··· DATASET CONTENT ···

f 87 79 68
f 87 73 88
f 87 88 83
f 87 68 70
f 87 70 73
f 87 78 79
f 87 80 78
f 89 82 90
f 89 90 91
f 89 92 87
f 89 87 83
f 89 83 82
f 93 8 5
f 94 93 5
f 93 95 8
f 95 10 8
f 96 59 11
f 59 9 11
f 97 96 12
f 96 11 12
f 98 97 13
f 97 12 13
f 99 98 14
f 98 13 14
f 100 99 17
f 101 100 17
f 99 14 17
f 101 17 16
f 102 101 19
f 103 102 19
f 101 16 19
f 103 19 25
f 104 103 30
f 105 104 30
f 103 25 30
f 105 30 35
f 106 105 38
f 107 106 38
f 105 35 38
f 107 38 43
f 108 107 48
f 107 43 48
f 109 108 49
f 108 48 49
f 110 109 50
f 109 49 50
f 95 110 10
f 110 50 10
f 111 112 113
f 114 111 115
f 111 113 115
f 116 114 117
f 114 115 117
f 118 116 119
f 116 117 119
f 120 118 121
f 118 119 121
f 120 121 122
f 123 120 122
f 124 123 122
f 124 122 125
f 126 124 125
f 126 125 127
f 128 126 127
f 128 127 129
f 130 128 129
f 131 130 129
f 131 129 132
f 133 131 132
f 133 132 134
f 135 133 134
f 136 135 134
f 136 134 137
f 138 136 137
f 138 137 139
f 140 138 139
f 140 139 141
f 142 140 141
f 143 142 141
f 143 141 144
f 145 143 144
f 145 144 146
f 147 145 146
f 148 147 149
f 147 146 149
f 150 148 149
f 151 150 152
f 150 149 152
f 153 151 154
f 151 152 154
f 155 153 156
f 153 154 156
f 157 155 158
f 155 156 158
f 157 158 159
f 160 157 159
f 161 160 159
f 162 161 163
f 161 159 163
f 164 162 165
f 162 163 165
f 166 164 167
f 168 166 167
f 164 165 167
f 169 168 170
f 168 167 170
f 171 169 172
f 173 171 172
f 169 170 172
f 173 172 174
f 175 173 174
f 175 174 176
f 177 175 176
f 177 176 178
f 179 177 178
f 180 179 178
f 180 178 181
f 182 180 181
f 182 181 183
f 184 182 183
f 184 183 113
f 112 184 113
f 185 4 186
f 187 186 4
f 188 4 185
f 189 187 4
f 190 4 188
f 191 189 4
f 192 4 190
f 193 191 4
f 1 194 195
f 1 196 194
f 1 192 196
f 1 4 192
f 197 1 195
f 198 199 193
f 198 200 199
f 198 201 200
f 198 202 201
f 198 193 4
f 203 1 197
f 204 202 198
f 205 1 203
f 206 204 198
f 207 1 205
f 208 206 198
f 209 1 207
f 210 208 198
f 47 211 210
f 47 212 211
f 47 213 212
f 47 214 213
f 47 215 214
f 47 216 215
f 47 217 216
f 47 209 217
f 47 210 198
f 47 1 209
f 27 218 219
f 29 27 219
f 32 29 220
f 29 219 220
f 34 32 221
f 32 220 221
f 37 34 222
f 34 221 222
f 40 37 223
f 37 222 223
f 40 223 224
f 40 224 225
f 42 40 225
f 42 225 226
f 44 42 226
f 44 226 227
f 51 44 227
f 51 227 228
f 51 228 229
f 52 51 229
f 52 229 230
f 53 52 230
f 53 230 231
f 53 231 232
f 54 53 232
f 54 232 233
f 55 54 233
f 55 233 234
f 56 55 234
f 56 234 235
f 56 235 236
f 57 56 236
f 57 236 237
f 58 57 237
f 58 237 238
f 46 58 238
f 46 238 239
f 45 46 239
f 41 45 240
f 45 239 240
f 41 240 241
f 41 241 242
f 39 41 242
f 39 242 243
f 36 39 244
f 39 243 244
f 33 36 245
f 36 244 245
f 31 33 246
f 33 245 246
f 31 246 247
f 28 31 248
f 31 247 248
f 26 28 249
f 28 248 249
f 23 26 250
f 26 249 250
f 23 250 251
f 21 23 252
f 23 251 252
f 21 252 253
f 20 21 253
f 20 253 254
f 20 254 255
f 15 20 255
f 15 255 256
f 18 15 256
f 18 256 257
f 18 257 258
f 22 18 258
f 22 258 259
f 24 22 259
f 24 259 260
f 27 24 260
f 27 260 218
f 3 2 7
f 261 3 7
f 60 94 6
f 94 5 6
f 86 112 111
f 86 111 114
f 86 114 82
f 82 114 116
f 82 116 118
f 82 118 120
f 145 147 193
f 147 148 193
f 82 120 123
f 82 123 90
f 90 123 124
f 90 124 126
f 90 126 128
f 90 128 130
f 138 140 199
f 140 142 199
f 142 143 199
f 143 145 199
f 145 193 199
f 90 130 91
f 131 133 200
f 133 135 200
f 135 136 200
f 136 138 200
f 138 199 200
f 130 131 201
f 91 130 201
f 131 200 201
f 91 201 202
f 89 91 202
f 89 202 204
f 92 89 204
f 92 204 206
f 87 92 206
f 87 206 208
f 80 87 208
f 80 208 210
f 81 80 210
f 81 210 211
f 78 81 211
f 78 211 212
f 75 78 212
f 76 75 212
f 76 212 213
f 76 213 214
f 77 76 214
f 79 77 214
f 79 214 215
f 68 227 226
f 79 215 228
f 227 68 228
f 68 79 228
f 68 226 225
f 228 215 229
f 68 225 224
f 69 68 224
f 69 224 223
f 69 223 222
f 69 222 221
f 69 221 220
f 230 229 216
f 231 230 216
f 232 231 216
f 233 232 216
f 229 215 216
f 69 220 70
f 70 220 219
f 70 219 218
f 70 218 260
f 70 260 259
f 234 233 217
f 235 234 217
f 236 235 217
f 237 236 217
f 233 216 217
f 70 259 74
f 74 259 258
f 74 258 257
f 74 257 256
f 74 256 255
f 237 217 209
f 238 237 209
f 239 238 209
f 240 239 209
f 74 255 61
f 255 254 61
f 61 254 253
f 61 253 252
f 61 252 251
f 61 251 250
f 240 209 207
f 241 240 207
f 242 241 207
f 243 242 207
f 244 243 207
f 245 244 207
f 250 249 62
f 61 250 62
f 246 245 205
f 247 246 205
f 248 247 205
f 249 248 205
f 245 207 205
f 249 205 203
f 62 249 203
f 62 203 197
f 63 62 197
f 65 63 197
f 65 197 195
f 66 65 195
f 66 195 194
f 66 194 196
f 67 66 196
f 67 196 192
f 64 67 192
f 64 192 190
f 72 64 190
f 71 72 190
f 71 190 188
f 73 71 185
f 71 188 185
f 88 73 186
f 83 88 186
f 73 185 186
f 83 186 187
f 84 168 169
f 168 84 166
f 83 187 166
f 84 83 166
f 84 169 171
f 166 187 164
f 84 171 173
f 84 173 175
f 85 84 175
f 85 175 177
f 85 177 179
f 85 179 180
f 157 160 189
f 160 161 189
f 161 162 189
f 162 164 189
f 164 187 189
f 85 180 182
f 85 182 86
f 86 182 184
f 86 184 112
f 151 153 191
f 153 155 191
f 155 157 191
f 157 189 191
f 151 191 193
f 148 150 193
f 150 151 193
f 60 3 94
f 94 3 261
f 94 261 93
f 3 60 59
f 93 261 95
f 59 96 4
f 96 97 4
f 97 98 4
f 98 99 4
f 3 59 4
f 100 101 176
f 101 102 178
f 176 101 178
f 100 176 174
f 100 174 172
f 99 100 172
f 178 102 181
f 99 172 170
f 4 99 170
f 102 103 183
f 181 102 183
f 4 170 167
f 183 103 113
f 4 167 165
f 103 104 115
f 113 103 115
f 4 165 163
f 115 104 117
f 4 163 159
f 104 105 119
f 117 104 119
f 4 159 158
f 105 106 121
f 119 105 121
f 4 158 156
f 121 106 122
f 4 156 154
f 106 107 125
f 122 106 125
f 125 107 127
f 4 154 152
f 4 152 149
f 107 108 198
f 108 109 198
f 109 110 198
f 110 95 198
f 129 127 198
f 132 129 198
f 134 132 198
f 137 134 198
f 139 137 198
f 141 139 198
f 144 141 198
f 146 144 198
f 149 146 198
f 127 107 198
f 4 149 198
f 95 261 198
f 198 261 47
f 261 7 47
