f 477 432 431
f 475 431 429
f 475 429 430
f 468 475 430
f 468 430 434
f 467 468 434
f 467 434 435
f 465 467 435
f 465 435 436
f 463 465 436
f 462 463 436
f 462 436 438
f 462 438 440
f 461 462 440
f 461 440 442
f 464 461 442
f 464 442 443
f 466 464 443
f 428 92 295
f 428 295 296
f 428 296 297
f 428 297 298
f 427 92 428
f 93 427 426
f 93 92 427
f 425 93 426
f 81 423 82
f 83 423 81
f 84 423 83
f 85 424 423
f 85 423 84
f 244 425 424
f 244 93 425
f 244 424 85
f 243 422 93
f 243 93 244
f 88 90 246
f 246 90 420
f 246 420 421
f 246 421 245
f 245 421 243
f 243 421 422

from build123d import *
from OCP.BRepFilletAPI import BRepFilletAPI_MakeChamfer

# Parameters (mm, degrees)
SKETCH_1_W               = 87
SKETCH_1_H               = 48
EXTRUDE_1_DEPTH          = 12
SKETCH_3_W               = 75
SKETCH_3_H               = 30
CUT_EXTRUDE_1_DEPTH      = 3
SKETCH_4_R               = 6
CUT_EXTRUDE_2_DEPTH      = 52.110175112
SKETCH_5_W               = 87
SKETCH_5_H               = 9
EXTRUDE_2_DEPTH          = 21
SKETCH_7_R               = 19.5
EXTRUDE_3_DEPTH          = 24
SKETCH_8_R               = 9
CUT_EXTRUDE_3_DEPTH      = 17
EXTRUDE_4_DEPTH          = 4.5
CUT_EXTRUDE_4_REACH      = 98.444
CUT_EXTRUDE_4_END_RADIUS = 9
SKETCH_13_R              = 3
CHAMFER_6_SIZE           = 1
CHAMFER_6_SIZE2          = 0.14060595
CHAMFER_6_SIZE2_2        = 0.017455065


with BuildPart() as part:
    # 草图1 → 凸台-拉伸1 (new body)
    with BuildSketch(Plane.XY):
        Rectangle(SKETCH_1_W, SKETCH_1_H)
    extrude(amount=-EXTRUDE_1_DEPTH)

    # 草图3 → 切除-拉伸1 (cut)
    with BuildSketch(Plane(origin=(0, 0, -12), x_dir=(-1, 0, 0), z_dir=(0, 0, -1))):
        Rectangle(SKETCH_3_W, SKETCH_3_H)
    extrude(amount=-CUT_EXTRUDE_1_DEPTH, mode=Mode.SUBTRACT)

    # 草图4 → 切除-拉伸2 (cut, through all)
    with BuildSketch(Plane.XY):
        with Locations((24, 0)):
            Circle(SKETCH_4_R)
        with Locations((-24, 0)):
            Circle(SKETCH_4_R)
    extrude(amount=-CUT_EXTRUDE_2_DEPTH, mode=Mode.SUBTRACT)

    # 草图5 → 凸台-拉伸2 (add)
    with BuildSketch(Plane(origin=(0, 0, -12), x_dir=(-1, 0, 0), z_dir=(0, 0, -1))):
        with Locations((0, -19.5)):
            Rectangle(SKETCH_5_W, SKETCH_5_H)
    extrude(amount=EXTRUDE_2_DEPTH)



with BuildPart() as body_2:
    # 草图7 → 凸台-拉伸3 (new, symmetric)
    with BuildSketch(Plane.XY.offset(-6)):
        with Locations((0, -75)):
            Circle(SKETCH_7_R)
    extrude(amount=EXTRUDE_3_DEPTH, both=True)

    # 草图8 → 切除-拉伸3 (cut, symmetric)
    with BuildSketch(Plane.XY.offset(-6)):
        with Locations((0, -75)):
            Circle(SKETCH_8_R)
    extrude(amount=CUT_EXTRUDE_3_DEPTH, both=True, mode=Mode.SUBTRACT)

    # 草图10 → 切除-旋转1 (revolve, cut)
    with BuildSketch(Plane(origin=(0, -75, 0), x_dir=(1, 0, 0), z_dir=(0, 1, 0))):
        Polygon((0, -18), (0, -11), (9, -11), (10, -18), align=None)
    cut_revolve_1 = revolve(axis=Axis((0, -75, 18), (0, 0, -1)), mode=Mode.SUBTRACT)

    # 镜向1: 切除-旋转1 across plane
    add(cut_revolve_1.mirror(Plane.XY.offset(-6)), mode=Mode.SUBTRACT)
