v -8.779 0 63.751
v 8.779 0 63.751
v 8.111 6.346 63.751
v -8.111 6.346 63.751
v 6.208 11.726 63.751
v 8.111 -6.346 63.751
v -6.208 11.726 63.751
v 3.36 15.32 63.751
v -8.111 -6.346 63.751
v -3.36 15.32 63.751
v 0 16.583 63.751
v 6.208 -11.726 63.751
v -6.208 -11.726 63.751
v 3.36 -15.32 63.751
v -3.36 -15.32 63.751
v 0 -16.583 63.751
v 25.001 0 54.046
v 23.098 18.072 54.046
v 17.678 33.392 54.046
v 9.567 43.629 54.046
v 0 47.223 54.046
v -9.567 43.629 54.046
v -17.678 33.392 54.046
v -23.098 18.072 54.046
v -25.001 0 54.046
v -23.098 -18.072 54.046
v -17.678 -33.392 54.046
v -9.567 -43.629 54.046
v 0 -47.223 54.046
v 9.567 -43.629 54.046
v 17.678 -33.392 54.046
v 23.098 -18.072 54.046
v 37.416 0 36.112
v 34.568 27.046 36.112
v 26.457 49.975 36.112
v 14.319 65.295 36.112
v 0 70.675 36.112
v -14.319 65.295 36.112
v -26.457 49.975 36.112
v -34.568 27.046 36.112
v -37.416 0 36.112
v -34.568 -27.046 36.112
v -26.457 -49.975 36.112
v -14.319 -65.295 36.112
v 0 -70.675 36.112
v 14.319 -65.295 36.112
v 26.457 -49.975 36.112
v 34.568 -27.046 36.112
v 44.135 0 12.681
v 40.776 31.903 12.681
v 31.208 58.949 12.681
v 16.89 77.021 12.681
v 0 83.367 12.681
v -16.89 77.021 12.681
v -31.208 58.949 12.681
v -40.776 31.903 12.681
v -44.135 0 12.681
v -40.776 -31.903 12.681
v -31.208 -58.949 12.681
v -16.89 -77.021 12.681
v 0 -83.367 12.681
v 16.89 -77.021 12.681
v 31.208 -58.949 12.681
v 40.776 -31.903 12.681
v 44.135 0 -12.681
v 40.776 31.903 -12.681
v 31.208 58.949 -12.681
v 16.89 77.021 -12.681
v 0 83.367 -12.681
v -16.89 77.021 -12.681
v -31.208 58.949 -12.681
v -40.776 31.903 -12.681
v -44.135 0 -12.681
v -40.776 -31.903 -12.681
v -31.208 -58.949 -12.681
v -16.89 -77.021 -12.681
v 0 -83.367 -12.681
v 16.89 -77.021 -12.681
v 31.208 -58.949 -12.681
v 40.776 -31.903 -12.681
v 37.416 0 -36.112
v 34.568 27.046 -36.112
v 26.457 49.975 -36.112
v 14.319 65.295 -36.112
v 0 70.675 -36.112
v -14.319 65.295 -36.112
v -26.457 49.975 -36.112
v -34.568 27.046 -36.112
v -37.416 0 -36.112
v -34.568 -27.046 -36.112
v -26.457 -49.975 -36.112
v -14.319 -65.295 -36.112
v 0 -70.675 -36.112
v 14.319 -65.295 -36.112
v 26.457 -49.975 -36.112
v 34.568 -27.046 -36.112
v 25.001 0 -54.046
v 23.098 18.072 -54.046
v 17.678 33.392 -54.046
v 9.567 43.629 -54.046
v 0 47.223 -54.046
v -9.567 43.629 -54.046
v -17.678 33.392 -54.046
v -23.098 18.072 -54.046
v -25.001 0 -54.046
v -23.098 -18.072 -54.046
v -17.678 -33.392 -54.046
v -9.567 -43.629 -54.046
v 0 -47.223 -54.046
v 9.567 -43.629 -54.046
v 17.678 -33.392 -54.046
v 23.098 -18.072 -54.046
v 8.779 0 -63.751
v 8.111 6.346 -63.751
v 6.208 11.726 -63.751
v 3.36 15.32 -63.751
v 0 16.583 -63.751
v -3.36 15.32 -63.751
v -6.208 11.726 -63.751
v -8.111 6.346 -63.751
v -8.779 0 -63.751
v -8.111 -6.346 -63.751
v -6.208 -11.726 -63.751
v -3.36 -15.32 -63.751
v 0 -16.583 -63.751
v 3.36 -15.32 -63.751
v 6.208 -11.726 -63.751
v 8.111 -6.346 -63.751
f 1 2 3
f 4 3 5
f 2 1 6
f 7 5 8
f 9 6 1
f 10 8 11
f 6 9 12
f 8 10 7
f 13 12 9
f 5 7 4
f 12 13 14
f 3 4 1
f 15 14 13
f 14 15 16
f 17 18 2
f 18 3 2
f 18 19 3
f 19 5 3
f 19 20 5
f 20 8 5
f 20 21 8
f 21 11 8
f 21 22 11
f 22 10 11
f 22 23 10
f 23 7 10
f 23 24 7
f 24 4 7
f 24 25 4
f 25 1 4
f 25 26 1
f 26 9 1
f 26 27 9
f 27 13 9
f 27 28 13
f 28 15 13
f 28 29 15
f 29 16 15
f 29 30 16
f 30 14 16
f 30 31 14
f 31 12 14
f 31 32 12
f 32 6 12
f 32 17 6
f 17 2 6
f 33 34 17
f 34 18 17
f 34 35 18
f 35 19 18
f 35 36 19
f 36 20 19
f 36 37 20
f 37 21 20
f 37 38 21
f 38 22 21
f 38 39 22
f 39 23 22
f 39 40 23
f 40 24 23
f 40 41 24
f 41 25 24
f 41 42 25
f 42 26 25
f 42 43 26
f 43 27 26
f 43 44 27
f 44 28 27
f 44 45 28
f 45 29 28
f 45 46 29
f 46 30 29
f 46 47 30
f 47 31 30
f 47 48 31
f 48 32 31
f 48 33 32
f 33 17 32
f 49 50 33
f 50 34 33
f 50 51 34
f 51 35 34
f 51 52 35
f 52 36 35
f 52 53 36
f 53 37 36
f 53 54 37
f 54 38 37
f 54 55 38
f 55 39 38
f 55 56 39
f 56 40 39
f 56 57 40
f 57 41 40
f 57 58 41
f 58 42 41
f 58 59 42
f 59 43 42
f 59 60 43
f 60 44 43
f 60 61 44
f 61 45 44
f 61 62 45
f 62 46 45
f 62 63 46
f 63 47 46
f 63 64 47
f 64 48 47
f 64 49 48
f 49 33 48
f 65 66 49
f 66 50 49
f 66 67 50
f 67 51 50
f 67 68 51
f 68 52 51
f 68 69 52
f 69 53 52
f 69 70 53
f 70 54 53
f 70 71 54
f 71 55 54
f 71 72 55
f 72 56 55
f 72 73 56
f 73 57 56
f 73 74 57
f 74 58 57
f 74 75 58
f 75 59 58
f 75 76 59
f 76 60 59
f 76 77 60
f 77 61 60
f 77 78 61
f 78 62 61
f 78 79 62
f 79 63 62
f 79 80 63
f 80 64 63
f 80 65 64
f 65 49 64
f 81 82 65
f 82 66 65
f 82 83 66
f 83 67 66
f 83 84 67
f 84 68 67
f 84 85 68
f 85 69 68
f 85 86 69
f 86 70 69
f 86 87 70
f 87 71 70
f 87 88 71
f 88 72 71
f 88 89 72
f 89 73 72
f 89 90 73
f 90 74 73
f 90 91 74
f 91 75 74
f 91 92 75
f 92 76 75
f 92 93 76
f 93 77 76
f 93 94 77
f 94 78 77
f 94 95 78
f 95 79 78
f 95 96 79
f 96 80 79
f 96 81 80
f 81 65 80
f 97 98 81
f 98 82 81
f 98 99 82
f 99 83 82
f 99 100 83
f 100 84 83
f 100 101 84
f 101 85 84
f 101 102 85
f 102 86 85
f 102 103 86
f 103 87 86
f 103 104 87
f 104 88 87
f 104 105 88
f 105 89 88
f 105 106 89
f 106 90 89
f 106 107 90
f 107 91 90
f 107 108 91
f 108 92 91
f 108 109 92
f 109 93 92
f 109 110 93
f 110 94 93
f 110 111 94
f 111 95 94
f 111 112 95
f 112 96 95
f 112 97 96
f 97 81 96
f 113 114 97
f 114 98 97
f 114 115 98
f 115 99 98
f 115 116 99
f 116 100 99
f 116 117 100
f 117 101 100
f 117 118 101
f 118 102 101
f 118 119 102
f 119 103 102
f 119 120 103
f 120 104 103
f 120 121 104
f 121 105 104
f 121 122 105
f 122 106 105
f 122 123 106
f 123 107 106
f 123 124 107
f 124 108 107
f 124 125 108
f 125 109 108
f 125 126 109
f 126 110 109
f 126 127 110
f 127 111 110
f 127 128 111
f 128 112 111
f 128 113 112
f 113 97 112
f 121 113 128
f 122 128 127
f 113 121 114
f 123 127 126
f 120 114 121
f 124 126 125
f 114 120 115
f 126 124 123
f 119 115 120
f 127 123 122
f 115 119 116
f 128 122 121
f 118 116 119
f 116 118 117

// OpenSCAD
// Generated by SolidPython 1.0.1 on 2020-07-29 00:46:49


scale(v = [9, 17, 13]) {
	sphere(r = 5);
}
/***********************************************
*********      SolidPython code:      **********
************************************************
 
# import packages: SolidPython
from solid import *
from solid.utils import *
from itertools import chain, combinations, permutations


class Resize:

    def __init__(self, scad_file):
        self.scad_file = scad_file
        #self.scad_file = import_scad(scad_file)
        # cone/cylinder param:
        self.r1 = 0
        self.r2 = 0
        self.h = 0
        # rectangular prism param:
        self.w = 0
        self.l = 0
        # ellipse param:
        self.r = 0

    # import OpenScad code (file name corresponds to shape)


    # classify shape + parameters
    def assign(self, param1, param2, param3):
        if self.scad_file == 'cone.scad':
            self.r1 = param1
            self.r2 = param2
            self.h = param3
        elif self.scad_file == 'cylinder.scad':
            self.r1 = param1
            self.r2 = param2
            self.h = param3
        elif self.scad_file == 'rectangularPrism.scad':
            self.h = param1
            self.l = param2
            self.w = param3
        else:
            self.r = param1
            self.h = param2

    # resize parameters
    def iterate(self):
        x = range(3, 20, 2)
        i = 1
        if self.scad_file == 'cone.scad':
            tempList = list(permutations(x, 2))
            for temp in tempList:
                param1 = temp[0]
                param2 = temp[1]
                filepath = 'produced_scad_files/' + 'cone' + str(param1) + '_' + str(param2) + '_' + '.scad'
                scad_render_to_file(cylinder(h=param1, r1=param2, r2=0), filepath)

        elif self.scad_file == 'cylinder.scad':
            tempList = list(permutations(x, 3))
            for temp in tempList:
                param1 = temp[0]
                param2 = temp[1]
                filepath = 'produced_scad_files/' + 'cylinder' + str(param1) + '_' + str(param2) + '_' + '.scad'
                scad_render_to_file(cylinder(h=param1, r1=param2, r2=param2), filepath)

        elif self.scad_file == 'rectangularPrism.scad':
            tempList = list(permutations(x, 3))
            for temp in tempList:
                param1 = temp[0]
                param2 = temp[1]
                param3 = temp[2]
                filepath = 'produced_scad_files/' + 'rectangularPrism' + str(param1) + '_' + str(param2) + '_' + str(
                    param3) + '.scad'
                scad_render_to_file(cube(size=(param1, param2, param3)), filepath)

        elif self.scad_file == 'ellipse.scad':
            tempList = list(permutations(x, 4))
            for temp in tempList:
                param1 = temp[0]
                param2 = temp[1]
                param3 = temp[2]
                param4 = temp[3]
                filepath = 'produced_scad_files/' + 'ellipse' + str(param1) + '_' + str(param2) + '_' + str(param3) + '_' + str(param4) + '.scad'
                scad_render_to_file(scale([param1, param2, param3])(sphere(r=param4)), filepath)

    def render_to_scadfile(self):
        scad_render_to_file(scad, 'example.scad') 
 
************************************************/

···

- REQUIREMENT
Which lines hold the string "BuildPart"? Copy all of them from the data above.

- OUTPUT
with BuildPart() as part:
with BuildPart() as body_2:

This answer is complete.